**TO DO**
Your job with the data below is to output exactly the lines from the one holding "f 423 428 560" down to the one holding "f 607 236 605", both included, and no others.
----- RECORDS SHOWN -----
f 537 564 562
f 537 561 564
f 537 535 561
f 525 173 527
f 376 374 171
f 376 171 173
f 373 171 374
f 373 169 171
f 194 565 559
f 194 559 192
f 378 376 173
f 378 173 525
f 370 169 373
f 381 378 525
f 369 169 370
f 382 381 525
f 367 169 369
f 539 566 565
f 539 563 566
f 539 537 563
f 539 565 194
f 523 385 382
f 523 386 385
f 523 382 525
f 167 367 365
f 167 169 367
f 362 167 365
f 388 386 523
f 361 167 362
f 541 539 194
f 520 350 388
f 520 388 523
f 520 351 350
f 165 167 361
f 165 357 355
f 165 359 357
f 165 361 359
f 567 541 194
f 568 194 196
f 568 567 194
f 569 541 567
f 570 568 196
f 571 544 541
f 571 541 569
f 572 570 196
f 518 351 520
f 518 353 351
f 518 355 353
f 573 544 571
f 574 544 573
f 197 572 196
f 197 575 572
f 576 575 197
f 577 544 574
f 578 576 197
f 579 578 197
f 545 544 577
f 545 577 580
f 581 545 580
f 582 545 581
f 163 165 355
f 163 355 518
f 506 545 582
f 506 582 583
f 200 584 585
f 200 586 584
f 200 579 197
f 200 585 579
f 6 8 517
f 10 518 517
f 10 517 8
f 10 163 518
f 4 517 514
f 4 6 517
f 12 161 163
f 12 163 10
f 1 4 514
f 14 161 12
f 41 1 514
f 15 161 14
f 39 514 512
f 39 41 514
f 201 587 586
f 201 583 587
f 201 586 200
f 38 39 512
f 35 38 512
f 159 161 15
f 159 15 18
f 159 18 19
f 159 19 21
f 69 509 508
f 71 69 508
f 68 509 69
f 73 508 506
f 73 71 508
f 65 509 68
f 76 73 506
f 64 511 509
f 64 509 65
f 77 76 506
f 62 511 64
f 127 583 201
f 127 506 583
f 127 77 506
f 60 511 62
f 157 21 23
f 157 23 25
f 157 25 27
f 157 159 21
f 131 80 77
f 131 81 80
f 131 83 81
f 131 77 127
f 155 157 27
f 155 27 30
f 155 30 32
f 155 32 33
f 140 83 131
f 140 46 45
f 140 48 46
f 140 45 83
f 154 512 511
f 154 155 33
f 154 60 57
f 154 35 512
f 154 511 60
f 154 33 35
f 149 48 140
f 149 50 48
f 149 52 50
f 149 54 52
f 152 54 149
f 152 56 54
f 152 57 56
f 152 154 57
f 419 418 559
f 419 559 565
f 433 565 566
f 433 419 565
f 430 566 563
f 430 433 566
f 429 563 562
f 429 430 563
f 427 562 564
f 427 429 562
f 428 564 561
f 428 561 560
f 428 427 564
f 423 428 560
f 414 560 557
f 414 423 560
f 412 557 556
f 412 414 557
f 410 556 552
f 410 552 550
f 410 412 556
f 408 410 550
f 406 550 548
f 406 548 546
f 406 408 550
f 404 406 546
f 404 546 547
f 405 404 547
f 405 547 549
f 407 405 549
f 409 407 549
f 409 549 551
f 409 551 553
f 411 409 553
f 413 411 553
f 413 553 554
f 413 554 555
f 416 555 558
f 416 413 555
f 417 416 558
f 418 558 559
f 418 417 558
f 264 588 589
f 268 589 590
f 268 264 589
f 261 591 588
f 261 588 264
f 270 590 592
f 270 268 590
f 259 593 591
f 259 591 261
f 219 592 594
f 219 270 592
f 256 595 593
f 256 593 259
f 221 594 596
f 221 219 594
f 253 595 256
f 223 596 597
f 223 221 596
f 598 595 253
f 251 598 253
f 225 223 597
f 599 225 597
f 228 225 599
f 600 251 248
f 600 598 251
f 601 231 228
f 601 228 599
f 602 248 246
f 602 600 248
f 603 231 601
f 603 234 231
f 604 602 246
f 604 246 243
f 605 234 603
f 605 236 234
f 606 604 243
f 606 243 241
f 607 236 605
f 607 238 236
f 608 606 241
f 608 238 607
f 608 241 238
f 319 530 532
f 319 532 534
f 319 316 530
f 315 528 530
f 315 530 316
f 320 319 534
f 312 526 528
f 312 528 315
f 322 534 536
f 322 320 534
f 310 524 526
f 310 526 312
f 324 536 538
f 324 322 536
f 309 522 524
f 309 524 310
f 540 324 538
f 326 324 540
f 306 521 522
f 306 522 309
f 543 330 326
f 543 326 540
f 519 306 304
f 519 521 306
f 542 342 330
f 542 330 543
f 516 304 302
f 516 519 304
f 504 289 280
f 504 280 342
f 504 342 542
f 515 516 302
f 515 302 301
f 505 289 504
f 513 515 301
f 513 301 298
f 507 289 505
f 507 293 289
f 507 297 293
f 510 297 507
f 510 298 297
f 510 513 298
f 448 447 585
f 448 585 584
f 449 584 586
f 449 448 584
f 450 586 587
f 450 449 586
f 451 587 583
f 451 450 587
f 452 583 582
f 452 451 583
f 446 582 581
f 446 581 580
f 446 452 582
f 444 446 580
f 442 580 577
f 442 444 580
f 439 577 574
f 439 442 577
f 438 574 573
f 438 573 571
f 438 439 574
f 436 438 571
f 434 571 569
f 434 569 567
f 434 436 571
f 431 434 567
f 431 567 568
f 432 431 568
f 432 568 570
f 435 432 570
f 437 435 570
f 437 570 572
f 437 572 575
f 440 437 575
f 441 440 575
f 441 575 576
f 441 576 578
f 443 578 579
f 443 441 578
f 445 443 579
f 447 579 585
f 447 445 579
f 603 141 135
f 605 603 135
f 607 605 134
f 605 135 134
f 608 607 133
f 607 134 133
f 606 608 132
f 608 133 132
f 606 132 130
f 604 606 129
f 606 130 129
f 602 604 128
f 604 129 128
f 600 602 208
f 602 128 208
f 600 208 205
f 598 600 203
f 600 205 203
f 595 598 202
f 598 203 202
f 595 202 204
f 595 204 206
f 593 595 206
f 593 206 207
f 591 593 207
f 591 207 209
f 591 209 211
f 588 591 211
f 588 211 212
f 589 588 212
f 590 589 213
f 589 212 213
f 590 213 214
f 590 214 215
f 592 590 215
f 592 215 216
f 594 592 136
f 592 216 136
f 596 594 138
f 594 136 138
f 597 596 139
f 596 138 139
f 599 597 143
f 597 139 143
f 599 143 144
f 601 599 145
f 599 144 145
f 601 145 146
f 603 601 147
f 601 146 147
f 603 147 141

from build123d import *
-----
**TASK ANSWER**
f 423 428 560
f 414 560 557
f 414 423 560
f 412 557 556
f 412 414 557
f 410 556 552
f 410 552 550
f 410 412 556
f 408 410 550
f 406 550 548
f 406 548 546
f 406 408 550
f 404 406 546
f 404 546 547
f 405 404 547
f 405 547 549
f 407 405 549
f 409 407 549
f 409 549 551
f 409 551 553
f 411 409 553
f 413 411 553
f 413 553 554
f 413 554 555
f 416 555 558
f 416 413 555
f 417 416 558
f 418 558 559
f 418 417 558
f 264 588 589
f 268 589 590
f 268 264 589
f 261 591 588
f 261 588 264
f 270 590 592
f 270 268 590
f 259 593 591
f 259 591 261
f 219 592 594
f 219 270 592
f 256 595 593
f 256 593 259
f 221 594 596
f 221 219 594
f 253 595 256
f 223 596 597
f 223 221 596
f 598 595 253
f 251 598 253
f 225 223 597
f 599 225 597
f 228 225 599
f 600 251 248
f 600 598 251
f 601 231 228
f 601 228 599
f 602 248 246
f 602 600 248
f 603 231 601
f 603 234 231
f 604 602 246
f 604 246 243
f 605 234 603
f 605 236 234
f 606 604 243
f 606 243 241
f 607 236 605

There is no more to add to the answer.